## What the exercise asks
Take the entries that follow and return exactly the lines from the one holding "v3 (39.37,-34.29,3)" through the one holding "v11 (-40.233102,-31.267063,0)", both included. Nothing else is needed.

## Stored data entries
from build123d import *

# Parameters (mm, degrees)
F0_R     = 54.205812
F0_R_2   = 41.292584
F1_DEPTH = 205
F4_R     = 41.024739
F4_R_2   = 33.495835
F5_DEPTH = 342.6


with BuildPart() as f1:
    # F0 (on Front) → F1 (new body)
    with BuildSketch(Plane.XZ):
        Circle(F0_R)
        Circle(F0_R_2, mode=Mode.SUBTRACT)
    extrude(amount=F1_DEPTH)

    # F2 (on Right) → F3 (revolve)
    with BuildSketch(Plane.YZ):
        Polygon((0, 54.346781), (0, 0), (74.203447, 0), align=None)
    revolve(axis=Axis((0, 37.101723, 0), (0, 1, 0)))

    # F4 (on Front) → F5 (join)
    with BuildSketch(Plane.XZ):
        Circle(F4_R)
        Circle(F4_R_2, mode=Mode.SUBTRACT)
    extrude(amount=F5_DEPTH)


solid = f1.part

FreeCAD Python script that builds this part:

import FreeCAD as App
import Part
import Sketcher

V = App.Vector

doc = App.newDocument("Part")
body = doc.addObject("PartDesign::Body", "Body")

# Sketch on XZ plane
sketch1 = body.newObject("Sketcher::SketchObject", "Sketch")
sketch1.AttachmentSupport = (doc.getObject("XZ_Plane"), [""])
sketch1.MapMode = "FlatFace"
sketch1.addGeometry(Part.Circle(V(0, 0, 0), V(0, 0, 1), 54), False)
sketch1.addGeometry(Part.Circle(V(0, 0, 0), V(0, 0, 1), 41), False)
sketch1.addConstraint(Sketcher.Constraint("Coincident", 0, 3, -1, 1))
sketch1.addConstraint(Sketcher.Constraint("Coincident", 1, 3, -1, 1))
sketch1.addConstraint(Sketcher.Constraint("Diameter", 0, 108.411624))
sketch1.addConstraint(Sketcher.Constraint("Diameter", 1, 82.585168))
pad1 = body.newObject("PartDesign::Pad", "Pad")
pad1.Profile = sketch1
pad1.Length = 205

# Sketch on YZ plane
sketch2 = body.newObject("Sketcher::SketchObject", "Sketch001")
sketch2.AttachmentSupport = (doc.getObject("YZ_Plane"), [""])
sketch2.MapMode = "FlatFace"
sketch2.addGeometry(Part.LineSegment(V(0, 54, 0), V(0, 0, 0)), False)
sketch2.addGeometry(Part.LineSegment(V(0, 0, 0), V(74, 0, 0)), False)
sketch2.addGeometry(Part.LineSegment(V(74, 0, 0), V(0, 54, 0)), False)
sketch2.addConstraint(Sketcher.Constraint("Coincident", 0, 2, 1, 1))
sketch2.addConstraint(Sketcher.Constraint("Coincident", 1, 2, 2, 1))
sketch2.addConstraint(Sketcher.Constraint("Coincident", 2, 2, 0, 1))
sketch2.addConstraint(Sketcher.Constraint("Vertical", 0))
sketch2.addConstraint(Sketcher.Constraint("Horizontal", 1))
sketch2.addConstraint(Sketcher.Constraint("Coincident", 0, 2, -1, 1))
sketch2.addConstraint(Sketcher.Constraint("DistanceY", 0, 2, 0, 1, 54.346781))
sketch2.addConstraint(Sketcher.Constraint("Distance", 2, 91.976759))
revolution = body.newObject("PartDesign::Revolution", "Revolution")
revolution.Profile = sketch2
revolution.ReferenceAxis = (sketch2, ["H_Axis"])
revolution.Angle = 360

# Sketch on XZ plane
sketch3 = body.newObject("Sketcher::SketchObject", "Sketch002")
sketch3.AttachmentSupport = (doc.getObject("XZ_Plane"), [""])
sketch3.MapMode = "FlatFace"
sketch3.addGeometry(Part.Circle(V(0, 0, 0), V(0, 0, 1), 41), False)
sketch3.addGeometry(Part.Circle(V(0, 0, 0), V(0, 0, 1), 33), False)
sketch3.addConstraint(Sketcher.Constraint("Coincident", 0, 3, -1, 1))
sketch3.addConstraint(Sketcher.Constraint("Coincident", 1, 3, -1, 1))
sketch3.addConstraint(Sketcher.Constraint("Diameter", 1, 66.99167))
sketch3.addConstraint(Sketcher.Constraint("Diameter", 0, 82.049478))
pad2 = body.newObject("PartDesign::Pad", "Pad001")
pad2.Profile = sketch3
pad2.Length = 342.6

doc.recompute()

...

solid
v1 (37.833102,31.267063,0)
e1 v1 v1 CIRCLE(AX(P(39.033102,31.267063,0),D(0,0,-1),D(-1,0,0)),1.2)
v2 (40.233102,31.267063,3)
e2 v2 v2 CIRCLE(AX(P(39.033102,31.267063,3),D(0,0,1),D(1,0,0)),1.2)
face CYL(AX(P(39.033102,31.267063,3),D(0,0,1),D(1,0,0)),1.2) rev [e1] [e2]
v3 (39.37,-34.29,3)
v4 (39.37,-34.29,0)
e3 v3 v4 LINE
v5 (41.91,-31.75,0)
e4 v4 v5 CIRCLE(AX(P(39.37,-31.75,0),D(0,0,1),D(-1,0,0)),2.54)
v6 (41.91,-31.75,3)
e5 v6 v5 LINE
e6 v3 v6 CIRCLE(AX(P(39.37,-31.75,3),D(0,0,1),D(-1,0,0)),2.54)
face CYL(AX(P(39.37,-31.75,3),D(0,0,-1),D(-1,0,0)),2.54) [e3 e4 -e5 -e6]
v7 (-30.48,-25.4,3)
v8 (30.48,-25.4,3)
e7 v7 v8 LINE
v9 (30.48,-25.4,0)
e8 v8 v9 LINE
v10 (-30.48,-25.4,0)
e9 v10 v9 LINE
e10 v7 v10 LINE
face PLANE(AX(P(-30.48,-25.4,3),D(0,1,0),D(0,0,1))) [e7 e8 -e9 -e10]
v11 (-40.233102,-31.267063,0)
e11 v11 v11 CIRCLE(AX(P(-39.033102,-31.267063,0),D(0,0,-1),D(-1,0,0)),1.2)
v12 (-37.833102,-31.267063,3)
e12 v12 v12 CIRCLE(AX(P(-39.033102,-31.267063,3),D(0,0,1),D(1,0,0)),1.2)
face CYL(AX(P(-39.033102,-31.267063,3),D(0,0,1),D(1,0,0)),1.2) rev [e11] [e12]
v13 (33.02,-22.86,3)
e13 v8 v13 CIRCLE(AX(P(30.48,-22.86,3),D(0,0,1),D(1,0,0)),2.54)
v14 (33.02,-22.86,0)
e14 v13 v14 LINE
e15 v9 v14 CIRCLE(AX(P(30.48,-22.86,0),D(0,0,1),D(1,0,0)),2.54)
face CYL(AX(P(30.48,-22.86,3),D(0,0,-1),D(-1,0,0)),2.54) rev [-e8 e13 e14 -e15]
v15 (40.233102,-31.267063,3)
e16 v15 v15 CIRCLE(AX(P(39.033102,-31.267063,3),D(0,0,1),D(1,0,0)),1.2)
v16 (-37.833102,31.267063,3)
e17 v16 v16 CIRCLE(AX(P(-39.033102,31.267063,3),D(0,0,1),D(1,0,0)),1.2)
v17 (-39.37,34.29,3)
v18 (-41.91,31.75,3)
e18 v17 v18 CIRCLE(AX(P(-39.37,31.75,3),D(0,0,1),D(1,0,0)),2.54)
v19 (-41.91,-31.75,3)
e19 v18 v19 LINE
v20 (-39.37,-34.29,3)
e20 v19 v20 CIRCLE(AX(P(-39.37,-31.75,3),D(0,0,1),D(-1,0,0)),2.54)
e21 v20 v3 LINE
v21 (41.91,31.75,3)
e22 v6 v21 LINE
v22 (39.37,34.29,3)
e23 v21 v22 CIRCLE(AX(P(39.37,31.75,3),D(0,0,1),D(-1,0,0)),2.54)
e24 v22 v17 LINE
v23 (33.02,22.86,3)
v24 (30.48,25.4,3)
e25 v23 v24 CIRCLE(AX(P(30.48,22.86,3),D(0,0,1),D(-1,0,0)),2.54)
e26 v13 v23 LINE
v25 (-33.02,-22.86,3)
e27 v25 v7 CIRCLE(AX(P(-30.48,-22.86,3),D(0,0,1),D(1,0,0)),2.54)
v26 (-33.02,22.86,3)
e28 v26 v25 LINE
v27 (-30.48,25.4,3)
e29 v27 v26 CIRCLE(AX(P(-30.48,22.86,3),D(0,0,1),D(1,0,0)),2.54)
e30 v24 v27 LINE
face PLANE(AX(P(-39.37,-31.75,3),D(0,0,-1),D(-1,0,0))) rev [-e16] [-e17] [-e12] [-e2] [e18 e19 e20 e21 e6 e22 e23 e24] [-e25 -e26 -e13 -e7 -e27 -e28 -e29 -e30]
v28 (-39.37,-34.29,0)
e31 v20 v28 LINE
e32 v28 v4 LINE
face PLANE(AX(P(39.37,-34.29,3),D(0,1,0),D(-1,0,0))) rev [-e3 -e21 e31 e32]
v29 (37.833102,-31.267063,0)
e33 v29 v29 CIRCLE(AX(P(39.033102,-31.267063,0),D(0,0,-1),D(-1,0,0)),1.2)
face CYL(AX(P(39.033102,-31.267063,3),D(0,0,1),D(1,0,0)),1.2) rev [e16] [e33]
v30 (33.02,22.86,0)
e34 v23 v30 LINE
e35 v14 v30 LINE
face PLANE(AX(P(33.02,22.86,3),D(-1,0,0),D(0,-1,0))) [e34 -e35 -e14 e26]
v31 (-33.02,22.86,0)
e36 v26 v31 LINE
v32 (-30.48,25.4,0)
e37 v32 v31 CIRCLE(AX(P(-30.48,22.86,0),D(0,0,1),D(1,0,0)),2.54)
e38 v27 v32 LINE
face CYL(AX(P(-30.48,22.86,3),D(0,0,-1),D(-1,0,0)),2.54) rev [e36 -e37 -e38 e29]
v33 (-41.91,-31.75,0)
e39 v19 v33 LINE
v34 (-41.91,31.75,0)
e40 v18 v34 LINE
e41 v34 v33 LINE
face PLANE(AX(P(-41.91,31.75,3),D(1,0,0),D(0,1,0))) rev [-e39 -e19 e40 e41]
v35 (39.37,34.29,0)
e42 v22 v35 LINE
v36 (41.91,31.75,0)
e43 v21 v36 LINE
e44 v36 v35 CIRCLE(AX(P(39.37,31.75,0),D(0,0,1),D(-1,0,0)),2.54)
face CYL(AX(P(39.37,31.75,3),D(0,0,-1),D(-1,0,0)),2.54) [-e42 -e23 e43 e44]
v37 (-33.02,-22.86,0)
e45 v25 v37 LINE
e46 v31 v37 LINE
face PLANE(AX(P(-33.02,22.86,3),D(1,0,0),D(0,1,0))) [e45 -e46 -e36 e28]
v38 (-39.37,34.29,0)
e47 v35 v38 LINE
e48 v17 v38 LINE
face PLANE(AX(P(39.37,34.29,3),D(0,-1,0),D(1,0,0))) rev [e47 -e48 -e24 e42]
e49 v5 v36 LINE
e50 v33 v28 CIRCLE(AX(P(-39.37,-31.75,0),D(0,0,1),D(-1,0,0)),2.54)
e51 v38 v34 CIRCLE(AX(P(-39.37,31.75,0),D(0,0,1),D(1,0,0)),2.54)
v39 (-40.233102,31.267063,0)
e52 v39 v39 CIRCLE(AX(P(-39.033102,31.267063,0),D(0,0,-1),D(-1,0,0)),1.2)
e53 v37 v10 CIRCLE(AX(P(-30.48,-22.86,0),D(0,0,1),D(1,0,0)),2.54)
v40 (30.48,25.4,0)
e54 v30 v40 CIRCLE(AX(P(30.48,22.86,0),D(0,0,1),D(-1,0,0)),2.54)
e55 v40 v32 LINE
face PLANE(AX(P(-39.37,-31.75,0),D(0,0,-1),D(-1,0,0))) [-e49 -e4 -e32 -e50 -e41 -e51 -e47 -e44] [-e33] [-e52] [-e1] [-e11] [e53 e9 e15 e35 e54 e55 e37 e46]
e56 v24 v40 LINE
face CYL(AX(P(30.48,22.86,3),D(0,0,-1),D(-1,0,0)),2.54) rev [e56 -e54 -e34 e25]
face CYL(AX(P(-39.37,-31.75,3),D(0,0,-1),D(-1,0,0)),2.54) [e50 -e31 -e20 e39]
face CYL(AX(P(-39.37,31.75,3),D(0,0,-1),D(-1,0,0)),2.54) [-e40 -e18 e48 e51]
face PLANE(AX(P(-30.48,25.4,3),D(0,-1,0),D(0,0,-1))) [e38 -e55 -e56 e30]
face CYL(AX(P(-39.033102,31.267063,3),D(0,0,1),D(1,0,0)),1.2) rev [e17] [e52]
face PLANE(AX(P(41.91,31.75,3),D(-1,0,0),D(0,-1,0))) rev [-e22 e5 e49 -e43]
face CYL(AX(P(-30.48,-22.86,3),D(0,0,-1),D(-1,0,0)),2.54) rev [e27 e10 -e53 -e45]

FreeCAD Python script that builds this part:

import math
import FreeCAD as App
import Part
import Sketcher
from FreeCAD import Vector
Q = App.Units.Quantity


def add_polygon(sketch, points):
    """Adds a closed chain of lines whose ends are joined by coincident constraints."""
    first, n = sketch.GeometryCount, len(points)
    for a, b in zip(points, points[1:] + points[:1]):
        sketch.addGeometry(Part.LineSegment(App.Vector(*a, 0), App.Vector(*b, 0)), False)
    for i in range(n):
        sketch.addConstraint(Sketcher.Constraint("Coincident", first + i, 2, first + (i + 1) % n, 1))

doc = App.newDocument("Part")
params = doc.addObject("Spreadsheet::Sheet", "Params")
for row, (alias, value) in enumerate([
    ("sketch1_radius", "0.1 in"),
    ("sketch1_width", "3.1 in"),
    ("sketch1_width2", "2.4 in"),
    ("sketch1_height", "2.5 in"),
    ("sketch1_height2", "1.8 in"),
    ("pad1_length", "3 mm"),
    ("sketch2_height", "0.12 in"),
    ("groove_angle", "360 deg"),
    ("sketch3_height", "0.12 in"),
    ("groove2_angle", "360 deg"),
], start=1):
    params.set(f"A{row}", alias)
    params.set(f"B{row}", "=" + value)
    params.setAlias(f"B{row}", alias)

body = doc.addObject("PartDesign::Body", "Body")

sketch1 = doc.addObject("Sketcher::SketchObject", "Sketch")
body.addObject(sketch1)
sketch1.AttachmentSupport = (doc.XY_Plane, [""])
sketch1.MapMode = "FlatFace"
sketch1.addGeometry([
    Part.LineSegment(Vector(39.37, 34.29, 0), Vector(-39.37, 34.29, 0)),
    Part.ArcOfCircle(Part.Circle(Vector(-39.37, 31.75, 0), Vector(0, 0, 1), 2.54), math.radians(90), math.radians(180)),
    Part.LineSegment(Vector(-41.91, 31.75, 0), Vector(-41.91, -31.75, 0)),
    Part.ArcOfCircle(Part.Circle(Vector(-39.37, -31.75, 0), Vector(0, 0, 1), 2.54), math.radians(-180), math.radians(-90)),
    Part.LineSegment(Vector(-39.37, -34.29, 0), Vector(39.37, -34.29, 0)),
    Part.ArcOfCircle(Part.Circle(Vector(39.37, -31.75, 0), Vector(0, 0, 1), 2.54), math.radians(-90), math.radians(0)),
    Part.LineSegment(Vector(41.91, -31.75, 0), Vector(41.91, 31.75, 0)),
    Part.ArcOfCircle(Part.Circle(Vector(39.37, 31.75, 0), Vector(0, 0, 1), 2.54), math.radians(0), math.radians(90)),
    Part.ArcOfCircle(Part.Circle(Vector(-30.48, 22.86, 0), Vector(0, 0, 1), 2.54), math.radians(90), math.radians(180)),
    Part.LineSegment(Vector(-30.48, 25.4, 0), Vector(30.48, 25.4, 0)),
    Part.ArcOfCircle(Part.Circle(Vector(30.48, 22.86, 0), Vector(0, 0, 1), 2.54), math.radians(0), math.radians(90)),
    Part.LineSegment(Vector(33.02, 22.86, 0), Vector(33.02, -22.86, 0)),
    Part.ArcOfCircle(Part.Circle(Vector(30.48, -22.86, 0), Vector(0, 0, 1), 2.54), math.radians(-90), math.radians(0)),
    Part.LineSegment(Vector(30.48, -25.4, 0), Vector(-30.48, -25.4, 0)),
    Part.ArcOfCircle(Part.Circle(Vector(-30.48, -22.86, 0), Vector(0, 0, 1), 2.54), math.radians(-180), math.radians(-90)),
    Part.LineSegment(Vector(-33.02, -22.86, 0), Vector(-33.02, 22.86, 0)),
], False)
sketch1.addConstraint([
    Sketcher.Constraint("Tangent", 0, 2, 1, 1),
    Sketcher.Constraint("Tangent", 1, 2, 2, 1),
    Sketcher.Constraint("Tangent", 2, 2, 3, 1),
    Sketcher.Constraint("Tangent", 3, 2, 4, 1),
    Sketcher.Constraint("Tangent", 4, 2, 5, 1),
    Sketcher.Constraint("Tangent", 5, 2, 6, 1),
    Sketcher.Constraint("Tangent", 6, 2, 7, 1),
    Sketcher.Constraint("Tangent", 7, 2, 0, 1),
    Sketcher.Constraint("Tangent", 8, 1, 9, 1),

## Solution to the exercise
v3 (39.37,-34.29,3)
v4 (39.37,-34.29,0)
e3 v3 v4 LINE
v5 (41.91,-31.75,0)
e4 v4 v5 CIRCLE(AX(P(39.37,-31.75,0),D(0,0,1),D(-1,0,0)),2.54)
v6 (41.91,-31.75,3)
e5 v6 v5 LINE
e6 v3 v6 CIRCLE(AX(P(39.37,-31.75,3),D(0,0,1),D(-1,0,0)),2.54)
face CYL(AX(P(39.37,-31.75,3),D(0,0,-1),D(-1,0,0)),2.54) [e3 e4 -e5 -e6]
v7 (-30.48,-25.4,3)
v8 (30.48,-25.4,3)
e7 v7 v8 LINE
v9 (30.48,-25.4,0)
e8 v8 v9 LINE
v10 (-30.48,-25.4,0)
e9 v10 v9 LINE
e10 v7 v10 LINE
face PLANE(AX(P(-30.48,-25.4,3),D(0,1,0),D(0,0,1))) [e7 e8 -e9 -e10]
v11 (-40.233102,-31.267063,0)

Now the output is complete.